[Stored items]
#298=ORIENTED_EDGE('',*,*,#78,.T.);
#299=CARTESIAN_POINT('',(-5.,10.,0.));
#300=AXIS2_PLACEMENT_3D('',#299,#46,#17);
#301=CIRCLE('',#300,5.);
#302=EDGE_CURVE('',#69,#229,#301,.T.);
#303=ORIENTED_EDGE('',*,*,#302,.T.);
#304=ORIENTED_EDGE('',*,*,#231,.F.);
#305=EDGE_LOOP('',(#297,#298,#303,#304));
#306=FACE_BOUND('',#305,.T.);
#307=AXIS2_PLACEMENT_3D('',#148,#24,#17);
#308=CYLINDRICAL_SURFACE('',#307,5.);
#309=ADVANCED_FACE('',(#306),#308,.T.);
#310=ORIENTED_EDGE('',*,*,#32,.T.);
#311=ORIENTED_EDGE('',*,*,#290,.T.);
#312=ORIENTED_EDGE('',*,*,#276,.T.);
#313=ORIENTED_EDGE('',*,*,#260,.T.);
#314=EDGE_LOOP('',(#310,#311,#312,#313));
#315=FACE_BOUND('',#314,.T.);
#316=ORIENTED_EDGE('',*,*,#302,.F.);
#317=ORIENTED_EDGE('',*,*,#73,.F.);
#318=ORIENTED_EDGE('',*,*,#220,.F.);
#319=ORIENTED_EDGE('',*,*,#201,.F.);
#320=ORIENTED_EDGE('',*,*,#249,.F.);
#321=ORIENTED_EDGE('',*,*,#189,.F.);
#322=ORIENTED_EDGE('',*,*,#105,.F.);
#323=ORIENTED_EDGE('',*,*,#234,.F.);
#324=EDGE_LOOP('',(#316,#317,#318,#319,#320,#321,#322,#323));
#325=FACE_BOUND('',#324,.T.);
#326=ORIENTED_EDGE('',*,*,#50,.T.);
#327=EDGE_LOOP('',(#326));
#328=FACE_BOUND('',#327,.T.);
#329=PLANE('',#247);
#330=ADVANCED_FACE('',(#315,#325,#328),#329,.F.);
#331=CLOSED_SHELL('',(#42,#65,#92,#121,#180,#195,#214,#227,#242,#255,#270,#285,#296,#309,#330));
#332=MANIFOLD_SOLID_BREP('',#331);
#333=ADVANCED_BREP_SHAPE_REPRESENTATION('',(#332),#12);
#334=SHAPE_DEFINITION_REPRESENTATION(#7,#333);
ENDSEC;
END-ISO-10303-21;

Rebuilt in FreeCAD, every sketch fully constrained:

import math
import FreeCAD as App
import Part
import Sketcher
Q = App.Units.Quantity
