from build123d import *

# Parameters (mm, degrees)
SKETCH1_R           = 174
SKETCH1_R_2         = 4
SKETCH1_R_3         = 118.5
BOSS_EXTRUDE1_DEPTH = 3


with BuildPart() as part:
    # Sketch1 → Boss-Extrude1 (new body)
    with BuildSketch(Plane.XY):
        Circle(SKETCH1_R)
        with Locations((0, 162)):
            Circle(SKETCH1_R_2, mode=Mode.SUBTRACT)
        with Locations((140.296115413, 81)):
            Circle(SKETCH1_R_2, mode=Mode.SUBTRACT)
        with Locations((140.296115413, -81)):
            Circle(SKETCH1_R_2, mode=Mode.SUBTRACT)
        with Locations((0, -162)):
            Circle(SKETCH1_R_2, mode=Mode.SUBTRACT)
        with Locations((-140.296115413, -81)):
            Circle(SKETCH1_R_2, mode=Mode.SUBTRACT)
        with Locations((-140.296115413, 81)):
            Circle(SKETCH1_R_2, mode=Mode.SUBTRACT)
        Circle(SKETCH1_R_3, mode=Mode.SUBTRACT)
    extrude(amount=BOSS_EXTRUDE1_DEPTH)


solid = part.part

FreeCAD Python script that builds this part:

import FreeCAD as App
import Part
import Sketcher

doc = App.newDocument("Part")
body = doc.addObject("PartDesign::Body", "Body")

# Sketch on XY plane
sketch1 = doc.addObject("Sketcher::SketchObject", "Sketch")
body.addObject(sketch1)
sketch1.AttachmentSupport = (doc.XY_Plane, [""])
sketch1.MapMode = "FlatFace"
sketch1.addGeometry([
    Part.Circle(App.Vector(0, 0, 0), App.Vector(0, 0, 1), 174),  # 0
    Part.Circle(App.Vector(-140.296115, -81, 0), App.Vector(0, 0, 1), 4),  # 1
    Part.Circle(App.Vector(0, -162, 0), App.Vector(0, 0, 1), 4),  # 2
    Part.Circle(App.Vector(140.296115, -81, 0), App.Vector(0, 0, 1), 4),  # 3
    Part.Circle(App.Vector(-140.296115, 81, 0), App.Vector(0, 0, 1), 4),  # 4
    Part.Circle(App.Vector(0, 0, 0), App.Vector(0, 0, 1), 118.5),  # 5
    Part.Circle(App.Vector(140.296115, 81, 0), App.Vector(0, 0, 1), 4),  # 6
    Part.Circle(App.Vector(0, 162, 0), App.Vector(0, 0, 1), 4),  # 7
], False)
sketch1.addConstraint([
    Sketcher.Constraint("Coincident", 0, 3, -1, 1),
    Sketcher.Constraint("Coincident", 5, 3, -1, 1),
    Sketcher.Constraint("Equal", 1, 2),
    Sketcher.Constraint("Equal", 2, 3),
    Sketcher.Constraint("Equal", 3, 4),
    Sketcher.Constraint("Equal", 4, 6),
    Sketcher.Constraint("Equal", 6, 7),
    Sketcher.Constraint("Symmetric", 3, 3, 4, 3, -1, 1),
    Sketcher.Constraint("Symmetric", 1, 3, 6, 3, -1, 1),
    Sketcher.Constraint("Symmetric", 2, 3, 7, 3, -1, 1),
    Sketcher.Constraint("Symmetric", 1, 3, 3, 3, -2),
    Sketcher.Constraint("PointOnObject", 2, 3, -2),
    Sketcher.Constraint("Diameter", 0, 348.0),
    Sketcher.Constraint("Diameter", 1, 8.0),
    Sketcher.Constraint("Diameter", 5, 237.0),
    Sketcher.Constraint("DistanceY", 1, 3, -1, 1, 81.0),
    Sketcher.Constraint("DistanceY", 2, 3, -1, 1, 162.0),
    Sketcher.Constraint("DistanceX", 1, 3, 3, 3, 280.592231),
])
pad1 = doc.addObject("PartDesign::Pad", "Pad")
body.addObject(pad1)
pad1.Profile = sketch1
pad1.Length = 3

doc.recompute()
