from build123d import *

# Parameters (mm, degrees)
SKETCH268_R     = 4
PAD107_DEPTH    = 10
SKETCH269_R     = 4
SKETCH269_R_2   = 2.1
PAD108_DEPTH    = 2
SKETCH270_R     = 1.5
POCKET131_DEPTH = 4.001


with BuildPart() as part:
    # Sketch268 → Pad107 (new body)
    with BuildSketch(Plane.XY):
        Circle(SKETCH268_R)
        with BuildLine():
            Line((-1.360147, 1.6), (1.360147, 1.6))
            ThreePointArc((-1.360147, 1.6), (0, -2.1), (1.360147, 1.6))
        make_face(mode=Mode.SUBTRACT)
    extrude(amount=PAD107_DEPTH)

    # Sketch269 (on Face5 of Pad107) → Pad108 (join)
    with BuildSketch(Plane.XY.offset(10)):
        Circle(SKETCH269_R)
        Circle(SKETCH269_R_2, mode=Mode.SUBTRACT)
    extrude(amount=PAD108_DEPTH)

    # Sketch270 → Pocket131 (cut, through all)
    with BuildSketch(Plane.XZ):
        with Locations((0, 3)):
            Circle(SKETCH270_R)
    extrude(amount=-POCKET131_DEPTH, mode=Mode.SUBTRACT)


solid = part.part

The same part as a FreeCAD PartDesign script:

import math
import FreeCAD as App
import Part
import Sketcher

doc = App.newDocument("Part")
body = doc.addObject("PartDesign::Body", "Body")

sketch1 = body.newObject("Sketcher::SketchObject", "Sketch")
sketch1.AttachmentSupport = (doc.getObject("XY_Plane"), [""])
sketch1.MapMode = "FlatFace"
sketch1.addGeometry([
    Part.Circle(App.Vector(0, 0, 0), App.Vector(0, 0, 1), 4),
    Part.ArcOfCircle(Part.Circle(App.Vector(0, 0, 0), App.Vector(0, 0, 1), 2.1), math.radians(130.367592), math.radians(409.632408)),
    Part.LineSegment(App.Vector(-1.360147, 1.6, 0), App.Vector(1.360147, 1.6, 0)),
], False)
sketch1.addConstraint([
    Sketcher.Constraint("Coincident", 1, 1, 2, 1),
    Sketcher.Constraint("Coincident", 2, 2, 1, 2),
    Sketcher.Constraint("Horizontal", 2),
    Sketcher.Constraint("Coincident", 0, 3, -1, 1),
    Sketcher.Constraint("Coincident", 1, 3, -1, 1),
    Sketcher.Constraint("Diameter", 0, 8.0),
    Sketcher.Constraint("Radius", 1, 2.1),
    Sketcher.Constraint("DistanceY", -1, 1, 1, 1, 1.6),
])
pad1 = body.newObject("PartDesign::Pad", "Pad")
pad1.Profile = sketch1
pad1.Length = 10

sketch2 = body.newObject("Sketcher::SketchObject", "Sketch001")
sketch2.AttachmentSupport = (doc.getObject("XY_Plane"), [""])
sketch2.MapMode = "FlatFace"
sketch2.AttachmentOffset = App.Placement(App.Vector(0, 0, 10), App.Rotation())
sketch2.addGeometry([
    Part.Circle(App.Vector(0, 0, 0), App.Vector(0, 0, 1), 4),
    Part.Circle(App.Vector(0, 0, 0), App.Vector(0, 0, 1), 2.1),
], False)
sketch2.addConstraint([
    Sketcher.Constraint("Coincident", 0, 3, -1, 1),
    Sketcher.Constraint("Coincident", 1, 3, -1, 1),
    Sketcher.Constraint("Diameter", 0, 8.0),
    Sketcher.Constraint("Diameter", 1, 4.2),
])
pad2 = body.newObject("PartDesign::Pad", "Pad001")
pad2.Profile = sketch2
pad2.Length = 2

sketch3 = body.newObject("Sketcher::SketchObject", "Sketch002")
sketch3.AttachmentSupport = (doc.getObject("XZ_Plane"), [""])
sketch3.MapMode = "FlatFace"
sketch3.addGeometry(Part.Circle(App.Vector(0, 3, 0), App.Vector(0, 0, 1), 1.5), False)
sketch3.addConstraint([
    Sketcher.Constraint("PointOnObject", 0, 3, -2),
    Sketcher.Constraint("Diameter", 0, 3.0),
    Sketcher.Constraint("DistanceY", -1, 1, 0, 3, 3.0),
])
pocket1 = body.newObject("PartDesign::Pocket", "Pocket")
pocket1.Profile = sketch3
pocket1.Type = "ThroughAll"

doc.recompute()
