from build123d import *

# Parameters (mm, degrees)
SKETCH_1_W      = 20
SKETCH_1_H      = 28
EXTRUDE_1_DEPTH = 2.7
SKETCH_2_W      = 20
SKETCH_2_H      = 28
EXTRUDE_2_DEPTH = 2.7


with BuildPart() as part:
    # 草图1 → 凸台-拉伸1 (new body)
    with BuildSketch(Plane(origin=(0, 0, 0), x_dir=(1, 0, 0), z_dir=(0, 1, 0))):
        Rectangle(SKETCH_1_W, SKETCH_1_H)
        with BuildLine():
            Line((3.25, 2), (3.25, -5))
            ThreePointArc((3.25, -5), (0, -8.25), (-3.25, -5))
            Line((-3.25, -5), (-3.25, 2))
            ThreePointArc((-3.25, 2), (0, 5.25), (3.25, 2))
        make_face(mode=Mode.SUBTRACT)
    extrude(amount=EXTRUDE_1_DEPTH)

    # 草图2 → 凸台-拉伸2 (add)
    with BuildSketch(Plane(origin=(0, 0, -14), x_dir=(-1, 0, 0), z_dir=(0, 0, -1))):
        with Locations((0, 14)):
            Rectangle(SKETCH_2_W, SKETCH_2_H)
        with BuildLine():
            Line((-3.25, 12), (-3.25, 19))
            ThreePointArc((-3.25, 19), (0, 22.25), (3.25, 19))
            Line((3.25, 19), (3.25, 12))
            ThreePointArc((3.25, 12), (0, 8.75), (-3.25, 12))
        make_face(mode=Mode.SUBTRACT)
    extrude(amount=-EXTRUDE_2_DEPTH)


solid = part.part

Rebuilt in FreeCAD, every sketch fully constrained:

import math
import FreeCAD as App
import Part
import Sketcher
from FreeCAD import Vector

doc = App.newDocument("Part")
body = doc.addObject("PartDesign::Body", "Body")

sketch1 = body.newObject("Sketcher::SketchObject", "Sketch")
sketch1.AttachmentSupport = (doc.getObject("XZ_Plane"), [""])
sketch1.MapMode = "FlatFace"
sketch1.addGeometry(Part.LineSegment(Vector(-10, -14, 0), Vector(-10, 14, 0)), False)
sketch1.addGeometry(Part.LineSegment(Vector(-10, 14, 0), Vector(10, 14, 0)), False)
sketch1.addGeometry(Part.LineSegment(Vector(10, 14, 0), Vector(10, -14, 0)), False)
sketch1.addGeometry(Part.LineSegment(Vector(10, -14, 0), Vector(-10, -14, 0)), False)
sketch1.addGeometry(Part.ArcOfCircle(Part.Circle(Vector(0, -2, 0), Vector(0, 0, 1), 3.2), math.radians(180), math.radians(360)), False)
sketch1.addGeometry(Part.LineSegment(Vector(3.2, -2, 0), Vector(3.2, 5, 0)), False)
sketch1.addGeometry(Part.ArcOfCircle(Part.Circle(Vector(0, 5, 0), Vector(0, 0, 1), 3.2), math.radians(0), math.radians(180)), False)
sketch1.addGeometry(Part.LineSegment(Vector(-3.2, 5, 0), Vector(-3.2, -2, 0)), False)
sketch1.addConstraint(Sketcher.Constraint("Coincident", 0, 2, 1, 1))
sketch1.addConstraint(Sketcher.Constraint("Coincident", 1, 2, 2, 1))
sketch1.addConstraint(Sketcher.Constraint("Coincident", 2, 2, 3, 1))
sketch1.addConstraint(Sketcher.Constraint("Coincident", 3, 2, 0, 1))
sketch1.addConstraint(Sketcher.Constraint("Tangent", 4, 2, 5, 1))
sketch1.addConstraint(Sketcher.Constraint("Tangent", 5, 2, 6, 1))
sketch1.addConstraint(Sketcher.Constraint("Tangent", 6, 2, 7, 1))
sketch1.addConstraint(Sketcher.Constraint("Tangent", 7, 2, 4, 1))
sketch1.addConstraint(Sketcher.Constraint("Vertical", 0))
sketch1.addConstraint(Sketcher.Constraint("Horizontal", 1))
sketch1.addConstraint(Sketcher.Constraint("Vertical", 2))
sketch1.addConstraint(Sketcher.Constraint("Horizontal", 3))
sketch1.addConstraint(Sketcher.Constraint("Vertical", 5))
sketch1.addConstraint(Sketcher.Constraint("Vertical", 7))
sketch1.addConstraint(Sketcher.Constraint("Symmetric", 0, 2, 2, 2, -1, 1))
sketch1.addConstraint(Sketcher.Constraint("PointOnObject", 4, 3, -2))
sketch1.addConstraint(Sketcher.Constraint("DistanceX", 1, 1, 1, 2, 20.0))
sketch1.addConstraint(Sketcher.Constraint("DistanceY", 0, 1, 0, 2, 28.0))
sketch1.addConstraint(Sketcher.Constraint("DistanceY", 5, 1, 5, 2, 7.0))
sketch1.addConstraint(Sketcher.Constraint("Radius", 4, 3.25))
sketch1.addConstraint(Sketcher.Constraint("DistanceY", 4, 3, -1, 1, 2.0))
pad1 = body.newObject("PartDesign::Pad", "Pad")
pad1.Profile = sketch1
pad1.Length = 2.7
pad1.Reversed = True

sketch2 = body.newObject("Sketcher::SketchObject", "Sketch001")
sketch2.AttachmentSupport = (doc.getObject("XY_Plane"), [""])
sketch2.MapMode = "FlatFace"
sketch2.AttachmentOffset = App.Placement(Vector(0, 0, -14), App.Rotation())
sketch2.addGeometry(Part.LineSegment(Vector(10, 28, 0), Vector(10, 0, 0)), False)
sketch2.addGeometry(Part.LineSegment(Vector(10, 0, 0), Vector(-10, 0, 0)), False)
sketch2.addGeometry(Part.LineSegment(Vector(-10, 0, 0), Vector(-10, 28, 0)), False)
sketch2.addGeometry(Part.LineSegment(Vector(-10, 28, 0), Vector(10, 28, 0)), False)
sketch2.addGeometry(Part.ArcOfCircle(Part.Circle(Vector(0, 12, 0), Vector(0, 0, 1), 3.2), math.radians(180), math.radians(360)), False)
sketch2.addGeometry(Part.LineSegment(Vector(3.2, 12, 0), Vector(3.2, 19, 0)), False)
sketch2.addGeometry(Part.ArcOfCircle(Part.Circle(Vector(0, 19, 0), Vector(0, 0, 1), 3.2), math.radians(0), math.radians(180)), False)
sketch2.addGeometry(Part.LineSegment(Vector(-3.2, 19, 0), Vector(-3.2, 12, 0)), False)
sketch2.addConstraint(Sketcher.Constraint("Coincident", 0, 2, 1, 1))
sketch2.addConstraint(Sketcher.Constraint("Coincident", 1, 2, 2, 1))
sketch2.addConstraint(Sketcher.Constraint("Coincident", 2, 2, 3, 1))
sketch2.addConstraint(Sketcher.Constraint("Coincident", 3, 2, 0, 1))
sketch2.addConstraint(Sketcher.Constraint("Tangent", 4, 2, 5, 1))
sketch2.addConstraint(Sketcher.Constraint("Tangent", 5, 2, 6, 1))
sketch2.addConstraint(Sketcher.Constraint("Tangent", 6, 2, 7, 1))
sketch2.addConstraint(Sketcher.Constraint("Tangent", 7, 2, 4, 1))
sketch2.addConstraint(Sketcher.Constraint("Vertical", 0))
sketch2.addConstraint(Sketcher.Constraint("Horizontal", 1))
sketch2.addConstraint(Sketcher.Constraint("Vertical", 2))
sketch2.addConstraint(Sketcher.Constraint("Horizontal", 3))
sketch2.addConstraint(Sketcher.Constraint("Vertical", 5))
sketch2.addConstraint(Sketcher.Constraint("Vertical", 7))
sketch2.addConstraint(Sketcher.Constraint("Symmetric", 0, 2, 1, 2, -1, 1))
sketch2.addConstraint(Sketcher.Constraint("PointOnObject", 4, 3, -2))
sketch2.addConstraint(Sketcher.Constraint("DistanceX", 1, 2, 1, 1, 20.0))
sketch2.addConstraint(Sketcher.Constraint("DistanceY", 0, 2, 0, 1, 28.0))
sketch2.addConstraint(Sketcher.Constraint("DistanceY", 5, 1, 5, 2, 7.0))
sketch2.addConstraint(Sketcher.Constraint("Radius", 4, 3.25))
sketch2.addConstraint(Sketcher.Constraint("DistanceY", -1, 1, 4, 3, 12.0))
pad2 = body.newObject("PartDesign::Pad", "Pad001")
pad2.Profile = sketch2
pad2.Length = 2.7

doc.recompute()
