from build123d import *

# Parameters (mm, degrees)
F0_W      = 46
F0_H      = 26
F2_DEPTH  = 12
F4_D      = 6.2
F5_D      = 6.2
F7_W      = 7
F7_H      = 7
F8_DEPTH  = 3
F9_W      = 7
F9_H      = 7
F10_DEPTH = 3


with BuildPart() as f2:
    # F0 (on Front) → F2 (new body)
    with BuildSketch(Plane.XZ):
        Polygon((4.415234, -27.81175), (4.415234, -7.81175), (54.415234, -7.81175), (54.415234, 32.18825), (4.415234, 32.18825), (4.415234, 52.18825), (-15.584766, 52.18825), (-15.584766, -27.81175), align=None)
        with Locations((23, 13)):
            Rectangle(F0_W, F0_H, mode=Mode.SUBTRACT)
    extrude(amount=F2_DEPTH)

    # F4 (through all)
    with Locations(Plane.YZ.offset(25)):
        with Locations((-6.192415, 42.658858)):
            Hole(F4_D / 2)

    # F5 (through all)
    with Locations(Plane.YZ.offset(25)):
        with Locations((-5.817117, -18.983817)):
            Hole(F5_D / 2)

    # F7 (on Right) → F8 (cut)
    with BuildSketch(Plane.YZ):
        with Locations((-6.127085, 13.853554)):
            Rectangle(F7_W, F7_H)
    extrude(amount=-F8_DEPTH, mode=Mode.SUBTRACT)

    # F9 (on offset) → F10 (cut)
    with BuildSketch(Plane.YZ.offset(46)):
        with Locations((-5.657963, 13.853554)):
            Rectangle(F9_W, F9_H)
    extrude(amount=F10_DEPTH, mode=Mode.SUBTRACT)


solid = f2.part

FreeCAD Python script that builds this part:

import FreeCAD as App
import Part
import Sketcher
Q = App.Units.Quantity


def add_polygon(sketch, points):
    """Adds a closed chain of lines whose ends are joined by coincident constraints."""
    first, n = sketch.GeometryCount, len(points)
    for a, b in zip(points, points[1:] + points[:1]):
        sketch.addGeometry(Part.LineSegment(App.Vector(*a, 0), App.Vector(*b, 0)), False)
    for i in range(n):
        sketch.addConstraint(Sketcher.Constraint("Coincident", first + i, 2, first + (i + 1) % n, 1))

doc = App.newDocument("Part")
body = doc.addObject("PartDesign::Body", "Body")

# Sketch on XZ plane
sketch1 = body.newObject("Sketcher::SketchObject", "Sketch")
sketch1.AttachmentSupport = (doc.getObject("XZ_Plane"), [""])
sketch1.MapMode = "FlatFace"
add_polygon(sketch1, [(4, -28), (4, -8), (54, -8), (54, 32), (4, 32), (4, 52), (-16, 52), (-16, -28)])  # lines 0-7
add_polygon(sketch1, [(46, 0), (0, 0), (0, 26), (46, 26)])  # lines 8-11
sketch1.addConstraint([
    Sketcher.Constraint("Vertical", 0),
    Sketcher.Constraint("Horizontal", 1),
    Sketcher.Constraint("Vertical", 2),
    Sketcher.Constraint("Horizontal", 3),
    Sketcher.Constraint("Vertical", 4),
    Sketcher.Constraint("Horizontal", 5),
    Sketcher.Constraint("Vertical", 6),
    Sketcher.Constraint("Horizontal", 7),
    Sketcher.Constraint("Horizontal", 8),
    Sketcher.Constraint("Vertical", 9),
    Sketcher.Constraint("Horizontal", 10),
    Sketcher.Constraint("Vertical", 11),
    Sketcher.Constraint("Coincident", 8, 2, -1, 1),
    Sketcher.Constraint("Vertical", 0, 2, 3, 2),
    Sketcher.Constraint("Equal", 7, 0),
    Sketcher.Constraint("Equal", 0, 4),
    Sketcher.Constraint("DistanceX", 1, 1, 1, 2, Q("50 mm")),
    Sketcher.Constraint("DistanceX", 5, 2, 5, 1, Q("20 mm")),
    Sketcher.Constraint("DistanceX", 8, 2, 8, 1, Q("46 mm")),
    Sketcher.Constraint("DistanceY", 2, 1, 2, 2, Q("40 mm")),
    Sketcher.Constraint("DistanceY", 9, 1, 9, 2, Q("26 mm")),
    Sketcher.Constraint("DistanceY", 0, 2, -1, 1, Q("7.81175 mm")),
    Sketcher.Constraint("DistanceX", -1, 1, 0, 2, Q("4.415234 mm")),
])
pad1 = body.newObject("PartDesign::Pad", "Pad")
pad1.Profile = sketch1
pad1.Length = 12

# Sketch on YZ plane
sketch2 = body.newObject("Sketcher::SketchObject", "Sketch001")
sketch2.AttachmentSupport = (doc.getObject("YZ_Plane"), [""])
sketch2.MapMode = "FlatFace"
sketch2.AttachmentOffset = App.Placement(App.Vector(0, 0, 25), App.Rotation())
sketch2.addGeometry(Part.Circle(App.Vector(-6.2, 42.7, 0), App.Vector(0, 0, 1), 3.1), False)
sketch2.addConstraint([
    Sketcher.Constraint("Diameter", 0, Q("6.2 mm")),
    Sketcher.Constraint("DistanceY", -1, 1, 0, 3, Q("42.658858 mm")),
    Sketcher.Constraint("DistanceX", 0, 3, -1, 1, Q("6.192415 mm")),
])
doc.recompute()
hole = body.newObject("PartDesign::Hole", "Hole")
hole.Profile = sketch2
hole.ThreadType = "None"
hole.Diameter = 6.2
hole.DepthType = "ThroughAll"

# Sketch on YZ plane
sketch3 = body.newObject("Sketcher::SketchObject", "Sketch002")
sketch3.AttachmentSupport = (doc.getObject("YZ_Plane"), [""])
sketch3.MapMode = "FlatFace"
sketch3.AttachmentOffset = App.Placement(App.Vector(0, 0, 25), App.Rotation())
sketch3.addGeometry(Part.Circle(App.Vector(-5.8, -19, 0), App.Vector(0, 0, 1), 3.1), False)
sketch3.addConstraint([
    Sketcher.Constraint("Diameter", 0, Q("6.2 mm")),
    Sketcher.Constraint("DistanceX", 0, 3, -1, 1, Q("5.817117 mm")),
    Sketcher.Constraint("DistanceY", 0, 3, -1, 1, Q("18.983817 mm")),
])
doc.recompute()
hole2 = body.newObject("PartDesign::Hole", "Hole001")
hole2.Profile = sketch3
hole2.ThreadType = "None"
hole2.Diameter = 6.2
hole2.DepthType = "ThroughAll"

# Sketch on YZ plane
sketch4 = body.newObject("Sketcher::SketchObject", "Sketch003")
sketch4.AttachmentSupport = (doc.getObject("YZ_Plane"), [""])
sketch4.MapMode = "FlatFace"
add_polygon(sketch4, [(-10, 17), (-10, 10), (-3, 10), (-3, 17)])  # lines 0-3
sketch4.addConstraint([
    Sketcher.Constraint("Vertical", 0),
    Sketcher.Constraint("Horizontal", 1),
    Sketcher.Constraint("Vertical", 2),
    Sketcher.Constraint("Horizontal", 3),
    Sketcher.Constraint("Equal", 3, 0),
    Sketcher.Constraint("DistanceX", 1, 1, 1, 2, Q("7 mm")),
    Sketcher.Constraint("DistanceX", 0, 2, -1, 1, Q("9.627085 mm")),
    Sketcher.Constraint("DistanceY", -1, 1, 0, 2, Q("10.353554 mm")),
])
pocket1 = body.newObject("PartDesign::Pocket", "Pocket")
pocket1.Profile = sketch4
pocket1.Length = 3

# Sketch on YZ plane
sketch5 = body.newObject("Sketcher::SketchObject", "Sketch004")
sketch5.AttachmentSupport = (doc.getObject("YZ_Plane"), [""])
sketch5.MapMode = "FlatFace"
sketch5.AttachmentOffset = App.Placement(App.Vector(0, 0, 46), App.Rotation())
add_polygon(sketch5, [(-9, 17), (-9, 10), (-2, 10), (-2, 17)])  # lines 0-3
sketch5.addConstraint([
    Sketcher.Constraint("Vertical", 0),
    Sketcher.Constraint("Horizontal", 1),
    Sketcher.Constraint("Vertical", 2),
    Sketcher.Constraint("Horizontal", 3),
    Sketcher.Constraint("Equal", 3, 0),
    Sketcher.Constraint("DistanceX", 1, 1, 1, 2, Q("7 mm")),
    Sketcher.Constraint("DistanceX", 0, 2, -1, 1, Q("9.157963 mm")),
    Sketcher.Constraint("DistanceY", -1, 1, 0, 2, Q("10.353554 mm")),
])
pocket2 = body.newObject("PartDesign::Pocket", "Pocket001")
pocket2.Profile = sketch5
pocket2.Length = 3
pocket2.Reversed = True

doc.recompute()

[THE TASK]:
Your reply should hold only the lines from the first line of the records through the one with "#313=ORIENTED_EDGE('',*,*,#260,.T.);", reproduced word for word.

[ANSWER SECTION]:
#298=ORIENTED_EDGE('',*,*,#78,.T.);
#299=CARTESIAN_POINT('',(-5.,10.,0.));
#300=AXIS2_PLACEMENT_3D('',#299,#46,#17);
#301=CIRCLE('',#300,5.);
#302=EDGE_CURVE('',#69,#229,#301,.T.);
#303=ORIENTED_EDGE('',*,*,#302,.T.);
#304=ORIENTED_EDGE('',*,*,#231,.F.);
#305=EDGE_LOOP('',(#297,#298,#303,#304));
#306=FACE_BOUND('',#305,.T.);
#307=AXIS2_PLACEMENT_3D('',#148,#24,#17);
#308=CYLINDRICAL_SURFACE('',#307,5.);
#309=ADVANCED_FACE('',(#306),#308,.T.);
#310=ORIENTED_EDGE('',*,*,#32,.T.);
#311=ORIENTED_EDGE('',*,*,#290,.T.);
#312=ORIENTED_EDGE('',*,*,#276,.T.);
#313=ORIENTED_EDGE('',*,*,#260,.T.);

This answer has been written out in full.